Working data -
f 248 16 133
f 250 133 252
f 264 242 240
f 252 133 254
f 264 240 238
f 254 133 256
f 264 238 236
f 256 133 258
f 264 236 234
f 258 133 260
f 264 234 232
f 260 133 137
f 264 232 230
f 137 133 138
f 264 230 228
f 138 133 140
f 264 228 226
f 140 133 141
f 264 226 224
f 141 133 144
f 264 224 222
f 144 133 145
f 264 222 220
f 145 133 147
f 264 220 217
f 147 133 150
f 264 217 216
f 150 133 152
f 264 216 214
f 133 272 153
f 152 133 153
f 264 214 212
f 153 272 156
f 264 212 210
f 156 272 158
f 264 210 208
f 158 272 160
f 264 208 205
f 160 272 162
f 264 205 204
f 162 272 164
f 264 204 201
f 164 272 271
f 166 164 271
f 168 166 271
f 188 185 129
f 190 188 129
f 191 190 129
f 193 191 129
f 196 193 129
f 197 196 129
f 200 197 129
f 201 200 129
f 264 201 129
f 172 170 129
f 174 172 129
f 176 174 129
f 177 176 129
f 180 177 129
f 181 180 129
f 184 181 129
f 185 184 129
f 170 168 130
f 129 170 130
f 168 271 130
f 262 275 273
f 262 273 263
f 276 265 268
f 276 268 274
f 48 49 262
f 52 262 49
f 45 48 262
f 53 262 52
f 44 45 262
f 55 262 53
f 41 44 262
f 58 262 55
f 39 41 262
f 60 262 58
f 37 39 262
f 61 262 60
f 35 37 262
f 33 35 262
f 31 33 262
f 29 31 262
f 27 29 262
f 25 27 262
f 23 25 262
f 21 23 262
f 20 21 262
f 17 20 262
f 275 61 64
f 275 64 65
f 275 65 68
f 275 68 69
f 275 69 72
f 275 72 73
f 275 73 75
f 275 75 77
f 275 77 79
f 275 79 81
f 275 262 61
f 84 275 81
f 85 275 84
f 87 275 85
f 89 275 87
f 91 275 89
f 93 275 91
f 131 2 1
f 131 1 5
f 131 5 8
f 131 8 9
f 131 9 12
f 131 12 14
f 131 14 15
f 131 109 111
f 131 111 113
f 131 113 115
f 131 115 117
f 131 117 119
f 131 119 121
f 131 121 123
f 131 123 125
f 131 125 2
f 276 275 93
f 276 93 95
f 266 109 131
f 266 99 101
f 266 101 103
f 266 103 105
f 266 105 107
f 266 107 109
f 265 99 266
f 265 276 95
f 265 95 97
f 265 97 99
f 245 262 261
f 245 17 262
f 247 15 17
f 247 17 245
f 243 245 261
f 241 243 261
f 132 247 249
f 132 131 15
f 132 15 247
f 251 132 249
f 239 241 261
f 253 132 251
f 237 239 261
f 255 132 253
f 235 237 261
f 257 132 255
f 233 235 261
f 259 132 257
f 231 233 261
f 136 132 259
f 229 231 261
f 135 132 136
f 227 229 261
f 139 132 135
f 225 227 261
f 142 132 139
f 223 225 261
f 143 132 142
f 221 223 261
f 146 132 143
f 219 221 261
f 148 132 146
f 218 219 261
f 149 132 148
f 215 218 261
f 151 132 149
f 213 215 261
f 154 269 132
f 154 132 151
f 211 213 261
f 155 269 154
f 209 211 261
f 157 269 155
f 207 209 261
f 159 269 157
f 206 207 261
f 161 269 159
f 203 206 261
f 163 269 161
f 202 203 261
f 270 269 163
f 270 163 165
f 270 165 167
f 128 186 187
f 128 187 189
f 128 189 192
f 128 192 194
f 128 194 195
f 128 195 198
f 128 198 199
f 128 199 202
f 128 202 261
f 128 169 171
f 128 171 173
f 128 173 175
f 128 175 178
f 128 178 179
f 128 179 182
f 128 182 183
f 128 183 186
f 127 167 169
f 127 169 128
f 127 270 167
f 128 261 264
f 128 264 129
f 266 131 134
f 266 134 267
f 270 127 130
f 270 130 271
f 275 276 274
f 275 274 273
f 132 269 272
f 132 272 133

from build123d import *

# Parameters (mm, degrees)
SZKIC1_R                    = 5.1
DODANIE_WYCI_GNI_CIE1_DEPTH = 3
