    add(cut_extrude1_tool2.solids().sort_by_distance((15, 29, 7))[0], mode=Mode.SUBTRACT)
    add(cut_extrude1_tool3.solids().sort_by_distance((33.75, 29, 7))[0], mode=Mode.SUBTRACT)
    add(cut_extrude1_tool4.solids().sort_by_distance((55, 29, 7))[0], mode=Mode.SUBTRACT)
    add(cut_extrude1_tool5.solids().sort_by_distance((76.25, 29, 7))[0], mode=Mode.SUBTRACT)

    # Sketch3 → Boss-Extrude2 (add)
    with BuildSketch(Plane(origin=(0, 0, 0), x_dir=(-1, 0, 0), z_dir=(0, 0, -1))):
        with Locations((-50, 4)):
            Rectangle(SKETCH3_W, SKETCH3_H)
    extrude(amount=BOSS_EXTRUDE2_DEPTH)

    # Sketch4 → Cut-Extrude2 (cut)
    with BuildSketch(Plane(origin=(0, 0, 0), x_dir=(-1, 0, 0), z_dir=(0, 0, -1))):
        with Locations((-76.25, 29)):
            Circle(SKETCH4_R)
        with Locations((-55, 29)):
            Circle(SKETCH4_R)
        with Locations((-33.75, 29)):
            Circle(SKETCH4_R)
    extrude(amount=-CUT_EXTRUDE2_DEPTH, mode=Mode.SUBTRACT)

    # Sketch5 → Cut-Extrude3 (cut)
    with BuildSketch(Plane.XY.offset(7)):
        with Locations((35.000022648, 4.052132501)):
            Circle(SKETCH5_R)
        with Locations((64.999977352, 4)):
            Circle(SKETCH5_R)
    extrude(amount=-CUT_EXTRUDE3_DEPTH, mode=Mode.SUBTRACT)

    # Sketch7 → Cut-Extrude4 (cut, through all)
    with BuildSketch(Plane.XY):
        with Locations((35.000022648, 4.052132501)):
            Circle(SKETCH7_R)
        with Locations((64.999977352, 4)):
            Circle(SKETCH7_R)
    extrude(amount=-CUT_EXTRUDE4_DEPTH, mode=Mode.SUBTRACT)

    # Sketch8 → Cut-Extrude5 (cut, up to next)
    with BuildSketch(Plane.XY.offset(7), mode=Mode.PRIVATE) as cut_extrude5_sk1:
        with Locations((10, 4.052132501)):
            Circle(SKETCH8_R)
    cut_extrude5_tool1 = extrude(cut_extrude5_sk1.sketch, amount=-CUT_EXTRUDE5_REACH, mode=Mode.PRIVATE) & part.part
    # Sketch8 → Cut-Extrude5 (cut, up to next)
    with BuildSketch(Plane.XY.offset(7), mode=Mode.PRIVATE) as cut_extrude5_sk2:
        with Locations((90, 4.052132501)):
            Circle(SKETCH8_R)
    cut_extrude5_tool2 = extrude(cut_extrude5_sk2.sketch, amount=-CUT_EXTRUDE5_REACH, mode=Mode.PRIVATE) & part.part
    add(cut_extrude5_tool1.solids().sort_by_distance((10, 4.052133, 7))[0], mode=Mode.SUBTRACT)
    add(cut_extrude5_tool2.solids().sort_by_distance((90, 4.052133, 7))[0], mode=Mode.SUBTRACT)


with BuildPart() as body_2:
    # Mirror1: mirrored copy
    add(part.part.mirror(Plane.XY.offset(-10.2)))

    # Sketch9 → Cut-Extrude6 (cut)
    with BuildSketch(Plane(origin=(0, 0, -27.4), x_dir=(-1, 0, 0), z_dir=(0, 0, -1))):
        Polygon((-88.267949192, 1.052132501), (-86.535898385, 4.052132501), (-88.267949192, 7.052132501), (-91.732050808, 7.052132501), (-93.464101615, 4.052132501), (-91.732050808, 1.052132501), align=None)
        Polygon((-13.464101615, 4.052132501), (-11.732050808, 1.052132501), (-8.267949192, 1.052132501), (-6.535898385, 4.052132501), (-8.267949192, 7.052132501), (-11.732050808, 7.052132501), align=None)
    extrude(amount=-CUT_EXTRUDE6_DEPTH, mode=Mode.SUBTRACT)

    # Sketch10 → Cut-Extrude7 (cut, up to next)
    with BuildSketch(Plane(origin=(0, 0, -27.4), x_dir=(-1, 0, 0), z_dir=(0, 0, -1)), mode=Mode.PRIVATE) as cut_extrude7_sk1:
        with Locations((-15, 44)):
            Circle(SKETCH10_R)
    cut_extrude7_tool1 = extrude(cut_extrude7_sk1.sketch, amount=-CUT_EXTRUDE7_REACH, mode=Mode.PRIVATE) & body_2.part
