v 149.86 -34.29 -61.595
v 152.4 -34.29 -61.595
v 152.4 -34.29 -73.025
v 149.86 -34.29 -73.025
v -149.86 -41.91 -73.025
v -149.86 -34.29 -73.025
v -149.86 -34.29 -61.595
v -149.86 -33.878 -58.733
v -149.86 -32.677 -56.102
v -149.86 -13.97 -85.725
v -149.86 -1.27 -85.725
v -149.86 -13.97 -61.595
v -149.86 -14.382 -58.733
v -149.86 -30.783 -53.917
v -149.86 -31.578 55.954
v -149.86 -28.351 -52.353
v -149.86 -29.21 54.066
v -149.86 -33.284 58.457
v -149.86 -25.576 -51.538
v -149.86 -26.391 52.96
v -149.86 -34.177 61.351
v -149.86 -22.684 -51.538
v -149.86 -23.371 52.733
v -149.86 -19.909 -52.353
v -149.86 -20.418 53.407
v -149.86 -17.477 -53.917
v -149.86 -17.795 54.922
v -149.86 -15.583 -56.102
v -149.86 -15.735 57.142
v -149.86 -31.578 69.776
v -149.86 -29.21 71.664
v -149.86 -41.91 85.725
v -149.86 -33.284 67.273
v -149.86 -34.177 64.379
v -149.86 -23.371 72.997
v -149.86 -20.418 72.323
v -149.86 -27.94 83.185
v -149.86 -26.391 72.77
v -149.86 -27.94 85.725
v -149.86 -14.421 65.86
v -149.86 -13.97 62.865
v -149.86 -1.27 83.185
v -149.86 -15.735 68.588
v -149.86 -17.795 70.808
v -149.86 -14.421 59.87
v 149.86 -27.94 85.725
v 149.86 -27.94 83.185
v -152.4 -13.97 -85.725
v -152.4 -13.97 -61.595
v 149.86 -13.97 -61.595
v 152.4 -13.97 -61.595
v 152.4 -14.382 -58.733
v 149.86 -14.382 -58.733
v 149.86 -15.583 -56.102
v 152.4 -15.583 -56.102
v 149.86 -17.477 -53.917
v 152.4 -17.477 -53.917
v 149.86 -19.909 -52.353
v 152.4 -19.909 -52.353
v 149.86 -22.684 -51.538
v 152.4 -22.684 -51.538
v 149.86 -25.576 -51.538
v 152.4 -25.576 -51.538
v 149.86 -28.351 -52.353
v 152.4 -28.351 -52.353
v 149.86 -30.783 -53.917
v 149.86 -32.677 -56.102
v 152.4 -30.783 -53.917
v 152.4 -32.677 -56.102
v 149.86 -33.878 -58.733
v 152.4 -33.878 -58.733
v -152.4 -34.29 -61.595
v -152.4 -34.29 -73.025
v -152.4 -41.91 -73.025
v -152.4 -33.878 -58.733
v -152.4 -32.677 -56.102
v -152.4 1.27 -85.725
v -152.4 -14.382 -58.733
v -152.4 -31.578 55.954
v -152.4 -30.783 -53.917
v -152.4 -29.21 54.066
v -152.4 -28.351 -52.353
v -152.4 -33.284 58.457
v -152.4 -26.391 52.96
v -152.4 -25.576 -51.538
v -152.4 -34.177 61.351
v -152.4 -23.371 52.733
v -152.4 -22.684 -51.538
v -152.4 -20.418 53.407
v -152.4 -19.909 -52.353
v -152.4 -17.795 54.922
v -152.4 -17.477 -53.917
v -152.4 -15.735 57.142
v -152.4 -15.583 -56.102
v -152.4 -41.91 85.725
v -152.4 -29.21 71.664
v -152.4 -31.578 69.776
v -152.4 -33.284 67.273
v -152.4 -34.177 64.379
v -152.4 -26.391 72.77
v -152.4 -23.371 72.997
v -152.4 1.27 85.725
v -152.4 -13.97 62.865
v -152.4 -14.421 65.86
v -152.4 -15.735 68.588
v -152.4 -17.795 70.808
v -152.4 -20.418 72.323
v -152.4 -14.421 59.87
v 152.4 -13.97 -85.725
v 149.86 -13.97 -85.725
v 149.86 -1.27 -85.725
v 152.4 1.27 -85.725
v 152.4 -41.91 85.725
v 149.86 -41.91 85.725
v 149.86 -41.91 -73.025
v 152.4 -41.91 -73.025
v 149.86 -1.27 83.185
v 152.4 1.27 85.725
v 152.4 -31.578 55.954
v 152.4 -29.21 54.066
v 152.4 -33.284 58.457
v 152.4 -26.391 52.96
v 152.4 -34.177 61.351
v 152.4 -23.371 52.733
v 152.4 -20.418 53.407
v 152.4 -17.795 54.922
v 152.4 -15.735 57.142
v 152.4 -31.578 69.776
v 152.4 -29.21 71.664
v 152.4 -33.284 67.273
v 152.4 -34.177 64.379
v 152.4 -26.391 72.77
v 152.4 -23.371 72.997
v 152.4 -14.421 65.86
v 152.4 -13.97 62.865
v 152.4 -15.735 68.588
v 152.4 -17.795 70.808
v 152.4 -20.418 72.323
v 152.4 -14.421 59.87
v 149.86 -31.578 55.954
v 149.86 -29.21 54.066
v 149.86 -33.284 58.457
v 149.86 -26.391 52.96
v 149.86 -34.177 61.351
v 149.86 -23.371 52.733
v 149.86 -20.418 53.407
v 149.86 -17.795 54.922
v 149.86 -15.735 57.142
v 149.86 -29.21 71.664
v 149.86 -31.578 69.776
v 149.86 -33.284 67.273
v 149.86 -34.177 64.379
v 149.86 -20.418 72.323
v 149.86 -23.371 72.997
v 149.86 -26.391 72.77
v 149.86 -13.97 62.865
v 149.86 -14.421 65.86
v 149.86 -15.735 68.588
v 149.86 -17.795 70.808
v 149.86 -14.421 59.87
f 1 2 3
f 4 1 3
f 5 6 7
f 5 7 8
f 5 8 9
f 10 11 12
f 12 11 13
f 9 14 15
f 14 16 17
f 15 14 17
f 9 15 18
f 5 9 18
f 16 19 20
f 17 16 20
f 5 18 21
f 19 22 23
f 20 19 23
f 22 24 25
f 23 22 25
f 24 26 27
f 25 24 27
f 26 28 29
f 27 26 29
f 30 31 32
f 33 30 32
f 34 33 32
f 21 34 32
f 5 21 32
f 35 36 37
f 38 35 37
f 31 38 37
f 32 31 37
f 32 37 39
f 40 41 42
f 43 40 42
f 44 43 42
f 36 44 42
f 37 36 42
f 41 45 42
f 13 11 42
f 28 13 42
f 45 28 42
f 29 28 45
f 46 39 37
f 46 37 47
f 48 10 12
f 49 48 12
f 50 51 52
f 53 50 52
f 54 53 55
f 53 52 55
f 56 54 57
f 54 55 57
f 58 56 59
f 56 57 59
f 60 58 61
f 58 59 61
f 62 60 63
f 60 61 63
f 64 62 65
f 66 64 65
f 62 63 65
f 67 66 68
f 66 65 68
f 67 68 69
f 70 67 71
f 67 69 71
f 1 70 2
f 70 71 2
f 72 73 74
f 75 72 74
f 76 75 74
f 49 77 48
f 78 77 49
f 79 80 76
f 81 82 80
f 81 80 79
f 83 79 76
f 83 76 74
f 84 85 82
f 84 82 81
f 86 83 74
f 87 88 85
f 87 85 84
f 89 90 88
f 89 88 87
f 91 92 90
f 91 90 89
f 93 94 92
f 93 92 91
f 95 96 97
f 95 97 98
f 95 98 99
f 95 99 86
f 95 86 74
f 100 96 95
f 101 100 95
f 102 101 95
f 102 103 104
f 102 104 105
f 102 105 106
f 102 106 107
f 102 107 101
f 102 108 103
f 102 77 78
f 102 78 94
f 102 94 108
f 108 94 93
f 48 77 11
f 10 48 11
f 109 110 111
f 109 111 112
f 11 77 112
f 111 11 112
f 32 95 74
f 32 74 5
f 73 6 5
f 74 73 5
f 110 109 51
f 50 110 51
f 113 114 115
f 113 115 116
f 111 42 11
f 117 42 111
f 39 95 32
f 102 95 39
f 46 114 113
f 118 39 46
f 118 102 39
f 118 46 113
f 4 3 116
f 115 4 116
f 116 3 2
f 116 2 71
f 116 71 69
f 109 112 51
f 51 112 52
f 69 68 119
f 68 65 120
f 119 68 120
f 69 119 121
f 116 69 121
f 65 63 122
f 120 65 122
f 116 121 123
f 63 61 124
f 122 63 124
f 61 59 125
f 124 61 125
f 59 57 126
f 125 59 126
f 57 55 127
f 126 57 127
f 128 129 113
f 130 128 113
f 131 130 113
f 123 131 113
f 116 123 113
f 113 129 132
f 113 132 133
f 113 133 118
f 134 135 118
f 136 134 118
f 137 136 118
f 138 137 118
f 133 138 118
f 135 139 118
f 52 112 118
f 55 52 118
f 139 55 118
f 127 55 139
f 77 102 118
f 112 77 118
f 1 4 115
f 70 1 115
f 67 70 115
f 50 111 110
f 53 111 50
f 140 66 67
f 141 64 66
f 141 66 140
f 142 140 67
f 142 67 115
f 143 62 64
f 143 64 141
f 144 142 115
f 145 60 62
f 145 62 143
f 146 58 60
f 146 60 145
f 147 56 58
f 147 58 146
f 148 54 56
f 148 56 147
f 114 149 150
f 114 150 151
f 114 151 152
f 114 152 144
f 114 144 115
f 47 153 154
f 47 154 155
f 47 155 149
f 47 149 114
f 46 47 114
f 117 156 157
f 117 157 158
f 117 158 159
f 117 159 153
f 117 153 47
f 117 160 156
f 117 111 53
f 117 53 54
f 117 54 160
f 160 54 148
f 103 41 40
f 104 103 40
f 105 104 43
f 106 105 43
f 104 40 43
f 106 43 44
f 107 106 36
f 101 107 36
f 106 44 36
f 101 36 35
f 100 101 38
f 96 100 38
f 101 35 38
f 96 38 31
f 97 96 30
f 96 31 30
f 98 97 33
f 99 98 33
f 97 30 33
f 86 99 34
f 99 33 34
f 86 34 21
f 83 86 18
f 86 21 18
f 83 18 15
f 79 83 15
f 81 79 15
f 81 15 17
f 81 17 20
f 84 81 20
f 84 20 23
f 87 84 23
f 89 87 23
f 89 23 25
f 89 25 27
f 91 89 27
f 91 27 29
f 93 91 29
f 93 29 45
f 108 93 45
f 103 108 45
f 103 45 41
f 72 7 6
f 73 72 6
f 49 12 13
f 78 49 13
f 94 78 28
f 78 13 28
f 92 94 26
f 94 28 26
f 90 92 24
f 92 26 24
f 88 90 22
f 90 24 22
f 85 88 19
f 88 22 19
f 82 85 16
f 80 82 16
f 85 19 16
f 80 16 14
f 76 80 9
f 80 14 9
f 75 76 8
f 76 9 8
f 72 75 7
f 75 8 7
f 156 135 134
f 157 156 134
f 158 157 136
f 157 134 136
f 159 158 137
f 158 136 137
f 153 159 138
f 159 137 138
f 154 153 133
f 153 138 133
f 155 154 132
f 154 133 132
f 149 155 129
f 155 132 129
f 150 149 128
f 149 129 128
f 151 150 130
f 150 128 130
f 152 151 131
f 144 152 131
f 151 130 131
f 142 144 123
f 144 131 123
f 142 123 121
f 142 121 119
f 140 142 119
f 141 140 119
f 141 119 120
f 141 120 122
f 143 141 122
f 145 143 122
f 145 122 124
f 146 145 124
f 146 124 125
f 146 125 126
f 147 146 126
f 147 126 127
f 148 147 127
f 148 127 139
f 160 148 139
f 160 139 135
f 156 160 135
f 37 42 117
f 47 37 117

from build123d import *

# Parameters (mm, degrees)
F0_W     = 304.8
F0_H     = 171.45
F1_DEPTH = 1.27
F2_W     = 304.8
F2_H     = 2.54
F3_DEPTH = 26.67
F4_W     = 2.54
F4_H     = 171.45
F5_DEPTH = 40.64
F6_R     = 10.16
F7_DEPTH = 304.801


with BuildPart() as f1:
    # F0 (on Front) → F1 (new body, symmetric)
    with BuildSketch(Plane.XZ):
        Rectangle(F0_W, F0_H)
    extrude(amount=F1_DEPTH, both=True)

    # F2 (on face) → F3 (join)
    with BuildSketch(Plane.XZ.offset(1.27)):
        with Locations((0, 84.455)):
            Rectangle(F2_W, F2_H)
    extrude(amount=F3_DEPTH)

    # F4 (on face) → F5 (join)
    with BuildSketch(Plane.XZ.offset(1.27)):
        with Locations((-151.13, 0)):
            Rectangle(F4_W, F4_H)
        with Locations((151.13, 0)):
            Rectangle(F4_W, F4_H)
    extrude(amount=F5_DEPTH)

    # F6 (on face) → F7 (cut, through all)
    with BuildSketch(Plane.YZ.offset(152.4)):
        with Locations((-24.13, 62.865)):
            Circle(F6_R)
        with BuildLine():
            Line((-34.29, -73.025), (-41.91, -73.025))
            Line((-41.91, -73.025), (-41.91, -85.725))
            Line((-41.91, -85.725), (-13.97, -85.725))
            Line((-13.97, -85.725), (-13.97, -61.595))
            ThreePointArc((-13.97, -61.595), (-24.13, -51.435), (-34.29, -61.595))
            Line((-34.29, -61.595), (-34.29, -73.025))
        make_face()
    extrude(amount=-F7_DEPTH, mode=Mode.SUBTRACT)


solid = f1.part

Exercise instructions - Would you please copy, word for word, everything above from the line containing "f 50 111 110" down to the line containing "f 47 37 117", those two lines included?

Answer space -
f 50 111 110
f 53 111 50
f 140 66 67
f 141 64 66
f 141 66 140
f 142 140 67
f 142 67 115
f 143 62 64
f 143 64 141
f 144 142 115
f 145 60 62
f 145 62 143
f 146 58 60
f 146 60 145
f 147 56 58
f 147 58 146
f 148 54 56
f 148 56 147
f 114 149 150
f 114 150 151
f 114 151 152
f 114 152 144
f 114 144 115
f 47 153 154
f 47 154 155
f 47 155 149
f 47 149 114
f 46 47 114
f 117 156 157
f 117 157 158
f 117 158 159
f 117 159 153
f 117 153 47
f 117 160 156
f 117 111 53
f 117 53 54
f 117 54 160
f 160 54 148
f 103 41 40
f 104 103 40
f 105 104 43
f 106 105 43
f 104 40 43
f 106 43 44
f 107 106 36
f 101 107 36
f 106 44 36
f 101 36 35
f 100 101 38
f 96 100 38
f 101 35 38
f 96 38 31
f 97 96 30
f 96 31 30
f 98 97 33
f 99 98 33
f 97 30 33
f 86 99 34
f 99 33 34
f 86 34 21
f 83 86 18
f 86 21 18
f 83 18 15
f 79 83 15
f 81 79 15
f 81 15 17
f 81 17 20
f 84 81 20
f 84 20 23
f 87 84 23
f 89 87 23
f 89 23 25
f 89 25 27
f 91 89 27
f 91 27 29
f 93 91 29
f 93 29 45
f 108 93 45
f 103 108 45
f 103 45 41
f 72 7 6
f 73 72 6
f 49 12 13
f 78 49 13
f 94 78 28
f 78 13 28
f 92 94 26
f 94 28 26
f 90 92 24
f 92 26 24
f 88 90 22
f 90 24 22
f 85 88 19
f 88 22 19
f 82 85 16
f 80 82 16
f 85 19 16
f 80 16 14
f 76 80 9
f 80 14 9
f 75 76 8
f 76 9 8
f 72 75 7
f 75 8 7
f 156 135 134
f 157 156 134
f 158 157 136
f 157 134 136
f 159 158 137
f 158 136 137
f 153 159 138
f 159 137 138
f 154 153 133
f 153 138 133
f 155 154 132
f 154 133 132
f 149 155 129
f 155 132 129
f 150 149 128
f 149 129 128
f 151 150 130
f 150 128 130
f 152 151 131
f 144 152 131
f 151 130 131
f 142 144 123
f 144 131 123
f 142 123 121
f 142 121 119
f 140 142 119
f 141 140 119
f 141 119 120
f 141 120 122
f 143 141 122
f 145 143 122
f 145 122 124
f 146 145 124
f 146 124 125
f 146 125 126
f 147 146 126
f 147 126 127
f 148 147 127
f 148 127 139
f 160 148 139
f 160 139 135
f 156 160 135
f 37 42 117
f 47 37 117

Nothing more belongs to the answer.